First, we considered a model variant that, unlike the ‘vanilla’ model, applied the same feedforward network to node representations from incoming and outgoing edges (see ‘Undirected’ in Table 3). The results suggest that edge direction is important for the fusion task—reducing the mean error by 3.8%—but irrelevant to the tile-size task.

Static Performance Features

The ‘With static perf. (as node features)’ row of Table 3 shows the result when we add four static performance features—as explained in Section 3.1—to the ‘vanilla’ model, which uses only features that are extracted directly from the XLA program representation. Similar to edge directions, these features significantly improve model accuracy for the fusion task—reducing the mean error by 5%—but less so for the tile-size task.

The finding that edge direction and static performance information help only the fusion task is somewhat unexpected but not entirely surprising. In the tile size selection task, we predict the relative runtimes of different tile sizes of the same kernel, but never compare runtimes of different kernels. Thus, the static performance features and the kernel graph are constant across different tile sizes, and the only changing input features are the tile size features. However, these constant features may still help determine the relative runtimes of different tile sizes more accurately, as we can see that the static performance features slightly improve the tile size runtime prediction accuracy. Hence, adding more input features may not help significantly if they are constant across kernels that will be compared against each other.

Tile-Size Fusion
Median Mean Median Mean
Vanilla 6.2 6.8 9.5 10.2
Undirected 7.2 6.8 11.0 14.0
With static perf. † 6.5 6.3 4.0 5.2
(as node features)
With static perf. 6.1 5.9 5.7 6.0
(in kernel embedding)
Move tile-size (node 10.2 9.4 N/A N/A
feats. to kernel emb.)
MSE loss (not rank) 16.7 17.7 N/A N/A
Table 3: The table reports Tile-Size APE for the tile-size dataset, and MAPE for the fusion dataset, on test programs for a variety of model variants. All models are trained for 3 million steps. † The model configuration used in Section 5.
Tile-Size Fusion
Reduction Graph No GNN GraphSAGE GAT No GNN GraphSAGE GAT
per-node 10.7 (5.3) 6.0 (3.8) 9.2 (6.4) 16.6 (132.7) 7.3 (34.6) 15.1 (4.0)
column-wise 9.3 (3.3) 6.9 (3.0) 8.4 (4.2) 6.6 (9.1) 5.1 (3.6) 8.5 (3.8)
LSTM 7.1 (3.7) 3.7 (2.8) 7.7 (4.2) 3.9 (7.5) 5.0 (4.3) 7.4 (4.5)
Transformer 10.8 (7.4) 4.6 (2.6) 8.2 (3.8) 7.3 (10.1) 4.5 (5.8) 14.6 (11.3)
Table 4:

Model ablation study results. The table reports Tile-Size APE for the tile-size dataset, and MAPE for the fusion dataset, on test programs. Standard deviations of the errors across test applications are in parentheses.

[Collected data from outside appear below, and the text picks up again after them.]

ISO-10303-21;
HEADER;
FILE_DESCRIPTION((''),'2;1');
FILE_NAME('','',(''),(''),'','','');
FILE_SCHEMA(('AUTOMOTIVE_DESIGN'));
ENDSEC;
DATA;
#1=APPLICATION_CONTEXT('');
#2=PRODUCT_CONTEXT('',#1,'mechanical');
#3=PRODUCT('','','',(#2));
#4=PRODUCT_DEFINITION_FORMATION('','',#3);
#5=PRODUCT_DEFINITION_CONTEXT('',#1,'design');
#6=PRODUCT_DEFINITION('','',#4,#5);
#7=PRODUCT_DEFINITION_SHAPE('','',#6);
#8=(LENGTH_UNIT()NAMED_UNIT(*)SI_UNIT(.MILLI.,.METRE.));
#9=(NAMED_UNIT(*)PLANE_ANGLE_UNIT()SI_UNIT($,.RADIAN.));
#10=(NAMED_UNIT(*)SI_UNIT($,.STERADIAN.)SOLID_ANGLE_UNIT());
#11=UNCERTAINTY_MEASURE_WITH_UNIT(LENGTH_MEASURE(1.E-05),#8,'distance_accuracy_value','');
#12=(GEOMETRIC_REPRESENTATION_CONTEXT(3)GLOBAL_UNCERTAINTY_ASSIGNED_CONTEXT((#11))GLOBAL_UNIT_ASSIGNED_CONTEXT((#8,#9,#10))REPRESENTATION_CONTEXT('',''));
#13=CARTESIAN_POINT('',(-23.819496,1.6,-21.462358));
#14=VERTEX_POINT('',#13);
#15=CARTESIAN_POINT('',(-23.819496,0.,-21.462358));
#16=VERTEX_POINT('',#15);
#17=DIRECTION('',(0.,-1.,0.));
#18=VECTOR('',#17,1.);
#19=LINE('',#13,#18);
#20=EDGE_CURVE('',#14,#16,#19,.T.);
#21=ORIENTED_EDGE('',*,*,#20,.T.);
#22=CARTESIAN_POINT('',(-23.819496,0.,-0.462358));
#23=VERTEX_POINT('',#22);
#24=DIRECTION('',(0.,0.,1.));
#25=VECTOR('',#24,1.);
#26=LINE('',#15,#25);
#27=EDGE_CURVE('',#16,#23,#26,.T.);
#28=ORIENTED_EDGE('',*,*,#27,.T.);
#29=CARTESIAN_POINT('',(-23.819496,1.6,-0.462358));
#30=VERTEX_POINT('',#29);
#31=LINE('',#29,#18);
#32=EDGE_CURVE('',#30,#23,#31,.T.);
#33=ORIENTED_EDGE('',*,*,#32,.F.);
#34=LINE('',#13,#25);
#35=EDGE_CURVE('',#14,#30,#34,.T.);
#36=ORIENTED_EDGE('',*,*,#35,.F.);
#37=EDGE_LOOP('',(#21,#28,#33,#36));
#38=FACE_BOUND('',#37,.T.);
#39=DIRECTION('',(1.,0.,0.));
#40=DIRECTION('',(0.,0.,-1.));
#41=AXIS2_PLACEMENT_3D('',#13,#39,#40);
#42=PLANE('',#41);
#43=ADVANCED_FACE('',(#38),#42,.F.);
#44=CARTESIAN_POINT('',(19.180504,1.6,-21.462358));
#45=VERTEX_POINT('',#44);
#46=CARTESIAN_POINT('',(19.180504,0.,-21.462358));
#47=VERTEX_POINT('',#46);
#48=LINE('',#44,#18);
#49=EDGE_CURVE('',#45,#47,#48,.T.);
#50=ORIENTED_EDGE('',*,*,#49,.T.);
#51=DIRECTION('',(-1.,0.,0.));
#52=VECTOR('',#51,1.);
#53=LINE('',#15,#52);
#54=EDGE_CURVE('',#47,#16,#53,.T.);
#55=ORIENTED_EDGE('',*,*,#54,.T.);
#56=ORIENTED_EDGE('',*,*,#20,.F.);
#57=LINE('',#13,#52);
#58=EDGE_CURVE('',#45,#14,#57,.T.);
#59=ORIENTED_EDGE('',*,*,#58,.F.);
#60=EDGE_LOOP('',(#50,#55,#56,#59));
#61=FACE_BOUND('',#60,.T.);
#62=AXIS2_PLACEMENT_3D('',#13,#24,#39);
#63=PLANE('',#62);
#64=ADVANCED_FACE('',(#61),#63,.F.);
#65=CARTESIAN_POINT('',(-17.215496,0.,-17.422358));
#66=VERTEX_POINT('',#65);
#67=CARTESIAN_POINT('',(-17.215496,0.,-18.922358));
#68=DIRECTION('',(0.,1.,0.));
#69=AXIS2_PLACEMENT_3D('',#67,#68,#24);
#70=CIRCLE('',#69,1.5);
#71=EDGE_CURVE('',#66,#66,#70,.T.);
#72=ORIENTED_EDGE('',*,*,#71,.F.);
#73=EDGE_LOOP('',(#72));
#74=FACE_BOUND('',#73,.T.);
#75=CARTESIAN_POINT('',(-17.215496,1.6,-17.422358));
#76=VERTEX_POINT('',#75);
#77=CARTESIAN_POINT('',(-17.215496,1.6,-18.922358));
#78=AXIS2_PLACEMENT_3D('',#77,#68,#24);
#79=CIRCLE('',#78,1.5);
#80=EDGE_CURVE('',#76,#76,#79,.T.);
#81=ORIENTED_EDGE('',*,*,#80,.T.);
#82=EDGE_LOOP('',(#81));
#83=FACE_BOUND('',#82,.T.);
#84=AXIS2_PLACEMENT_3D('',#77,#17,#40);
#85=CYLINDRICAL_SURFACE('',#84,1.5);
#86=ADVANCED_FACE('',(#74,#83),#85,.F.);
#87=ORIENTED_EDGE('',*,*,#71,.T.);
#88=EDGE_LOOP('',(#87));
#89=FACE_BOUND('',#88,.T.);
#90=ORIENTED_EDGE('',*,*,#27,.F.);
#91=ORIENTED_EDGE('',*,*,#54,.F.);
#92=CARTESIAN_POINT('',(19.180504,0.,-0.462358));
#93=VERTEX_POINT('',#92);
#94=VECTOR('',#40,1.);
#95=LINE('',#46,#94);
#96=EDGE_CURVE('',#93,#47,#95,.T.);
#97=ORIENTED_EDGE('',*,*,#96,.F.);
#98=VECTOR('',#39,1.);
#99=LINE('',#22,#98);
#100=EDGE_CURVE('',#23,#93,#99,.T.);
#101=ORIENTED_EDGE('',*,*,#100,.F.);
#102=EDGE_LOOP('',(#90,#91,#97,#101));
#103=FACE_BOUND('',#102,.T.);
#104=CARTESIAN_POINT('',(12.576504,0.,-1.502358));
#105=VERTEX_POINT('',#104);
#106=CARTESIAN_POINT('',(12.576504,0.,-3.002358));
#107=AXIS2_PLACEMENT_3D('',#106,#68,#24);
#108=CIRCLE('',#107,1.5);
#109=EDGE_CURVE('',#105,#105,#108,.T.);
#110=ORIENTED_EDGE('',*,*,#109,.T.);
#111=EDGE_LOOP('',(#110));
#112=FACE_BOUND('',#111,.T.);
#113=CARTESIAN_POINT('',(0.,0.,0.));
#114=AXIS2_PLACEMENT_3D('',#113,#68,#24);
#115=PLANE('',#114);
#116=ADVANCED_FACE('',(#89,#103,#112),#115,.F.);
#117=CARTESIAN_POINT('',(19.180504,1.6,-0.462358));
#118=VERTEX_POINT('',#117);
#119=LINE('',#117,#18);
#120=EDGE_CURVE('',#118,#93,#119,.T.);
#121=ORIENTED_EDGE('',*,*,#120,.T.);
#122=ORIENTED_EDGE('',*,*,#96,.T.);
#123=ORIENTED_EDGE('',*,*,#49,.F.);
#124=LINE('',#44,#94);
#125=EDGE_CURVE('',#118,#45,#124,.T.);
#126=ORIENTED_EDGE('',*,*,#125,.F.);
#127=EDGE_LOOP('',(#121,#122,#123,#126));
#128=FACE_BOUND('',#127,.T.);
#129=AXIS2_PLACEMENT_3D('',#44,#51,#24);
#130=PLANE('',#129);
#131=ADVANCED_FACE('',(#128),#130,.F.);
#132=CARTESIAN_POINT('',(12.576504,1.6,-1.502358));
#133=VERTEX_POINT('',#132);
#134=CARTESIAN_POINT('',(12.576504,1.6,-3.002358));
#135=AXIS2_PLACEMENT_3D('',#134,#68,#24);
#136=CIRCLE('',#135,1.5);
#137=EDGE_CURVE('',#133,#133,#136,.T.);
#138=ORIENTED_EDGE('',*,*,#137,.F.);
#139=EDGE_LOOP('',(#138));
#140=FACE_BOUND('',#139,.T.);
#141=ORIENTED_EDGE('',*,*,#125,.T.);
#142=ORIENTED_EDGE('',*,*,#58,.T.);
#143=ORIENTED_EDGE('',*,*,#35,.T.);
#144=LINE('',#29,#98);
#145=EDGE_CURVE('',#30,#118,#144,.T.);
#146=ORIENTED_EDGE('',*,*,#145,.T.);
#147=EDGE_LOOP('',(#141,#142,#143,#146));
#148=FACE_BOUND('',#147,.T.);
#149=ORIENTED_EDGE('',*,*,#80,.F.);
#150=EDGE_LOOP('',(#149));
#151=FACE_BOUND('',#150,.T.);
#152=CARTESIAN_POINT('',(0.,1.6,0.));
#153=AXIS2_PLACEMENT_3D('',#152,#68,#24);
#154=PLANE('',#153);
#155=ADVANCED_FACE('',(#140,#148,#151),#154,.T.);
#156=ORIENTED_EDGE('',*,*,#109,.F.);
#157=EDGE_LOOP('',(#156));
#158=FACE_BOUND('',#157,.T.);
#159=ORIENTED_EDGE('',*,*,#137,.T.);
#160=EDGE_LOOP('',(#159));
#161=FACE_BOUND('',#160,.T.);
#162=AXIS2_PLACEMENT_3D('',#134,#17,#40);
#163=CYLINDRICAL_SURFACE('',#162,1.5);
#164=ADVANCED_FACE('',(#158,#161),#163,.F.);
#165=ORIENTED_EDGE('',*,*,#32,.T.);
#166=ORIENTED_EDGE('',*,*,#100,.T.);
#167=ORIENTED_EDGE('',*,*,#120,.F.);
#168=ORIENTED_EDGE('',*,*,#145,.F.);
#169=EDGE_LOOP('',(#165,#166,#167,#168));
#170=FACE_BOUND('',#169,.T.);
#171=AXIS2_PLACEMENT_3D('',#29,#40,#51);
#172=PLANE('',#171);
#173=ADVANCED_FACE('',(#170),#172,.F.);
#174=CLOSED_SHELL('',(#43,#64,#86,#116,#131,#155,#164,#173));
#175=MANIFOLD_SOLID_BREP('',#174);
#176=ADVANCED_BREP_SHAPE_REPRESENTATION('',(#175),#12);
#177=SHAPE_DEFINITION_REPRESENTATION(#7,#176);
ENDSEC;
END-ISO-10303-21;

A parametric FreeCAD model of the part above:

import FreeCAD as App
import Part
import Sketcher

V = App.Vector
Q = App.Units.Quantity


def add_polygon(sketch, points):
    """Adds a closed chain of lines whose ends are joined by coincident constraints."""
    first, n = sketch.GeometryCount, len(points)
    for a, b in zip(points, points[1:] + points[:1]):
        sketch.addGeometry(Part.LineSegment(App.Vector(*a, 0), App.Vector(*b, 0)), False)
    for i in range(n):
        sketch.addConstraint(Sketcher.Constraint("Coincident", first + i, 2, first + (i + 1) % n, 1))

doc = App.newDocument("Part")
body = doc.addObject("PartDesign::Body", "Body")

# Sketch on XZ plane
sketch1 = body.newObject("Sketcher::SketchObject", "Sketch")
sketch1.AttachmentSupport = (doc.getObject("XZ_Plane"), [""])
sketch1.MapMode = "FlatFace"
add_polygon(sketch1, [(-23.8, -21.5), (-23.8, -0.5), (19.2, -0.5), (19.2, -21.5)])  # lines 0-3
sketch1.addGeometry(Part.Circle(V(12.6, -3, 0), V(0, 0, 1), 1.5), False)  # 4
sketch1.addGeometry(Part.Circle(V(-17.2, -18.9, 0), V(0, 0, 1), 1.5), False)  # 5
sketch1.addConstraint([
    Sketcher.Constraint("Vertical", 0),
    Sketcher.Constraint("Horizontal", 1),
    Sketcher.Constraint("Vertical", 2),
    Sketcher.Constraint("Horizontal", 3),
    Sketcher.Constraint("Equal", 4, 5),
    Sketcher.Constraint("Diameter", 4, Q("3 mm")),
    Sketcher.Constraint("DistanceX", 1, 1, 1, 2, Q("43 mm")),
    Sketcher.Constraint("DistanceY", 0, 1, 0, 2, Q("21 mm")),
    Sketcher.Constraint("DistanceY", 5, 3, 4, 3, Q("15.92 mm")),
    Sketcher.Constraint("DistanceY", 5, 3, 0, 2, Q("18.46 mm")),
    Sketcher.Constraint("DistanceX", 5, 3, 4, 3, Q("29.792 mm")),
    Sketcher.Constraint("DistanceX", 0, 2, 5, 3, Q("6.604 mm")),
    Sketcher.Constraint("DistanceY", 4, 3, -1, 1, Q("3.002358 mm")),
    Sketcher.Constraint("DistanceX", -1, 1, 4, 3, Q("12.576504 mm")),
])
pad1 = body.newObject("PartDesign::Pad", "Pad")
pad1.Profile = sketch1
pad1.Length = 1.6
pad1.Reversed = True

doc.recompute()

Reductions (rows) are defined in

Section 3. Bold indicates the selected models used in Section 5. All models are trained until 5 million steps.

Kernel Features Encoding

Two ways to encode kernel information are shown in Fig. 3, labeled ‘kernel features (option 1)’ and ‘(option 2)’. In Table 3, the ‘vanilla’ model uses option 1, whereas the ‘Move tile-size (node feats. to kernel emb.)’ uses option 2. Encoding tile-size with node features outperforms encoding it with the kernel embedding (2.6% lower mean error). We believe this is because tile size can be important for estimating runtime for an individual operation before aggregation. When the tile-size information is available at the node level, the model still has all the information about the node, such as its input and output shapes. On the other hand, encoding static performance information as node features or kernel features makes little difference because these features are not very important for estimating the runtime for an individual node.

MSE vs. Rank Loss

For the tile-size dataset, we compare using MSE and rank loss as the training objective. The ‘vanilla’ model is trained using rank loss, while the ‘MSE loss (not rank)’ in Table 3 uses MSE loss. The effect is significant, using rank loss is 10.9% more accurate. This result confirms our intuition that training a model to predict relative speeds is easier than absolute runtimes.

6.2 Neural Network Model

Once we determined the best set of graph features to include and the suitable loss function for each task from the experiment in Section 6.1, we performed a comprehensive comparison between different modeling choices to answer:

  1. Does a GNN outperform models that treat programs as sequences?

  2. Do we need an additional model to capture long-range dependencies in a kernel beyond a GNN?

  3. How does GraphSAGE compare to a more sophisticated GNN: Graph Attention Network (GAT)?

To answer these questions, we explore different combinations of modeling choices for a GNN (GraphSAGE, GAT, and no GNN) and node reduction methods (per-node, column-wise, LSTM, and Transformer).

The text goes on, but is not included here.